We can examine the relative variable importance in table and graph form, but without all the hard coding that we did in 04-decision-trees.Rmd. Random Forest estimates variable importance by separately examining each variable and estimating how much the model's accuracy drops when that variable's values are randomly shuffled (permuted). The shuffling temporarily removes any relationship between that covariate's value and the outcome. If a variable is important then the model's accuracy will suffer a large drop when it is randomly shuffled. But if the model's accuracy doesn't change it means the variable is not important to the model - e.g. maybe it was never even chosen as a split in any of the decision trees.
## Investigate Results
```{r rf_varimp_plot}
vip::vip(rf1) + theme_bw()
# Raw data
vip::vi(rf1)
# Unhashtag to see all variables - tibbles are silly!
# View(vip::vi(rf1))
```
Read up on the [gini coefficient](https://en.wikipedia.org/wiki/Gini_coefficient) here. It's basically a measure of diversity or dispersion - a higher gini means the model is classifying better. The gini version does not randomly shuffle the variable values.
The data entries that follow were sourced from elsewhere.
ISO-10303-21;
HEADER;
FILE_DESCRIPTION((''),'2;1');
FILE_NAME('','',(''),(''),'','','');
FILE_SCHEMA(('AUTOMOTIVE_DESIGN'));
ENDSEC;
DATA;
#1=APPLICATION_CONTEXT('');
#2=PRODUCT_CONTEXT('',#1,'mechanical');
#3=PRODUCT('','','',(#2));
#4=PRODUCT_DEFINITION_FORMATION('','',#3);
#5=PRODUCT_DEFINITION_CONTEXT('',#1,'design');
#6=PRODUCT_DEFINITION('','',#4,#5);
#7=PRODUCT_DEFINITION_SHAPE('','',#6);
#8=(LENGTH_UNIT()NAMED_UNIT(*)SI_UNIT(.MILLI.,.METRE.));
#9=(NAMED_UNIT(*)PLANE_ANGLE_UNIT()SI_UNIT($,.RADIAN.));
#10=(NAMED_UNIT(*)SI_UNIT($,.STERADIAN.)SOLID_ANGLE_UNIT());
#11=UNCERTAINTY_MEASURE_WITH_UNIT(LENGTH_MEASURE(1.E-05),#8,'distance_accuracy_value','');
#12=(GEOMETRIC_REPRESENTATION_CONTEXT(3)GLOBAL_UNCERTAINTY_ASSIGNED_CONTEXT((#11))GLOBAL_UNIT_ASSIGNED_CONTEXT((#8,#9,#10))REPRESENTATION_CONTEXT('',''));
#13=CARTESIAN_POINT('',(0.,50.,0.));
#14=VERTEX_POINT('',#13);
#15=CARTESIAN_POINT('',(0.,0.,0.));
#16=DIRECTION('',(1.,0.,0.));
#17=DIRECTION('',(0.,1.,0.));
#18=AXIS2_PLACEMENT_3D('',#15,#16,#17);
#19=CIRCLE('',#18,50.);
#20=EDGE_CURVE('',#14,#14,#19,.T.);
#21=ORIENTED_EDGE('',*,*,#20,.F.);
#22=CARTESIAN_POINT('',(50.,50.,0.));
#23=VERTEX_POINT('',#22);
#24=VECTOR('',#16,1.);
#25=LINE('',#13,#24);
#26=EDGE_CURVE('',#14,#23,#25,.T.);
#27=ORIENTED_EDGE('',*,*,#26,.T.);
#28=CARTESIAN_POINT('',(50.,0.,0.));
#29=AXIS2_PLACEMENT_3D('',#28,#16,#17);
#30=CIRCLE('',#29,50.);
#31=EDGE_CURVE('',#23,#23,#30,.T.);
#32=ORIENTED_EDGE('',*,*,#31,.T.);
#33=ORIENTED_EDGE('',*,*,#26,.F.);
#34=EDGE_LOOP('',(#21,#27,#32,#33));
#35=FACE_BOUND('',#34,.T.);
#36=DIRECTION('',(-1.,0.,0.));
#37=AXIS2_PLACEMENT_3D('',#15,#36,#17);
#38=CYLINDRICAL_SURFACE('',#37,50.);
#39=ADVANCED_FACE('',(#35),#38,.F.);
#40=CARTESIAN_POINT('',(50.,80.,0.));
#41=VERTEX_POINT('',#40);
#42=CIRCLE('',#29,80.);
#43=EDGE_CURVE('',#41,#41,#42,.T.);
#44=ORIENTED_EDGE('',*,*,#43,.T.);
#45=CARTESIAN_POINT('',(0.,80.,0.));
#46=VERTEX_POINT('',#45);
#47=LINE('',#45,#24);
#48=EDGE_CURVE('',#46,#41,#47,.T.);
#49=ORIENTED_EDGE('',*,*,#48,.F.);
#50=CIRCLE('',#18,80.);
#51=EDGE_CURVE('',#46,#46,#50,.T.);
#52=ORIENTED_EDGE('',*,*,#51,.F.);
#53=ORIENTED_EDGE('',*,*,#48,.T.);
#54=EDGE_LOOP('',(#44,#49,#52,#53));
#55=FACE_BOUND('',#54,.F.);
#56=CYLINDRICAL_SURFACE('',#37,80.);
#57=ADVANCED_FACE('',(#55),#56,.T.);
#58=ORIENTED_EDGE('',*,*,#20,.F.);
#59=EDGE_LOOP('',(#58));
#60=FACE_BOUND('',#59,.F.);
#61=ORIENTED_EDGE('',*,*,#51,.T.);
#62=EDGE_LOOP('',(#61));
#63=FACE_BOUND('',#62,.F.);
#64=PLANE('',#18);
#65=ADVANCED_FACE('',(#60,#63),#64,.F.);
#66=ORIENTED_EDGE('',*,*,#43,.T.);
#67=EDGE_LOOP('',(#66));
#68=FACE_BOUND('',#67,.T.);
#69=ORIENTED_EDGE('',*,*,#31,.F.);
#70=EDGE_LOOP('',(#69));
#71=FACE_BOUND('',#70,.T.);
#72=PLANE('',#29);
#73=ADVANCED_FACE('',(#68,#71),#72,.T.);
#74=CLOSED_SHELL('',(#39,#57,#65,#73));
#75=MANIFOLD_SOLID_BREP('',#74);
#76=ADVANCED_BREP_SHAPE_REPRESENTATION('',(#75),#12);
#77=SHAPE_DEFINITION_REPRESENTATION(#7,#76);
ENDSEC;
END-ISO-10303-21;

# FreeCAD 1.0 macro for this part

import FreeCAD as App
import Part
import Sketcher
from FreeCAD import Vector
Q = App.Units.Quantity

doc = App.newDocument("Part")
params = doc.addObject("Spreadsheet::Sheet", "Params")
for row, (alias, value) in enumerate([
    ("sketch1_diameter", "160 mm"),
    ("sketch1_diameter2", "100 mm"),
    ("pad1_length", "50 mm"),
], start=1):
    params.set(f"A{row}", alias)
    params.set(f"B{row}", "=" + value)
    params.setAlias(f"B{row}", alias)

body = doc.addObject("PartDesign::Body", "Body")

# Sketch on YZ plane
sketch1 = body.newObject("Sketcher::SketchObject", "Sketch")
sketch1.AttachmentSupport = (doc.getObject("YZ_Plane"), [""])
sketch1.MapMode = "FlatFace"
sketch1.addGeometry(Part.Circle(Vector(0, 0, 0), Vector(0, 0, 1), 80), False)
sketch1.addGeometry(Part.Circle(Vector(0, 0, 0), Vector(0, 0, 1), 50), False)
sketch1.addConstraint(Sketcher.Constraint("Coincident", 0, 3, -1, 1))
sketch1.addConstraint(Sketcher.Constraint("Coincident", 1, 3, -1, 1))
sketch1.addConstraint(Sketcher.Constraint("Diameter", 0, Q("160 mm")))
sketch1.addConstraint(Sketcher.Constraint("Diameter", 1, Q("100 mm")))
sketch1.setExpression("Constraints[2]", "Params.sketch1_diameter")
sketch1.setExpression("Constraints[3]", "Params.sketch1_diameter2")
pad1 = body.newObject("PartDesign::Pad", "Pad")
pad1.Profile = sketch1
pad1.setExpression("Length", "Params.pad1_length")

doc.recompute()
Now, the goal is to see how the model performs on the test dataset:
```{r}
# This will predict the outcome class.
predicted_label = as.integer(predict(rf1, data = test_x_class)$predictions[, 1] > 0.5)
str(predicted_label)
table(predicted_label, test_y_class)
```
Check the accuracy of the test set:
```{r prob_hist}
mean(predicted_label == test_y_class)
# We can also generated probability predictions, which are more granular.
predicted_prob = as.data.frame(predict(rf1, data = test_x_class)$predictions)
colnames(predicted_prob) = c("no", "yes")
summary(predicted_prob)
ggplot(predicted_prob, aes(x = yes)) +
geom_histogram() +
theme_minimal()
# TODO: add terminal node count in for ranger.
```
How did it do? Are the accuracies for the training and test sets similar?
## Challenge 3
Open Challenge 3 in the "Challenges" folder.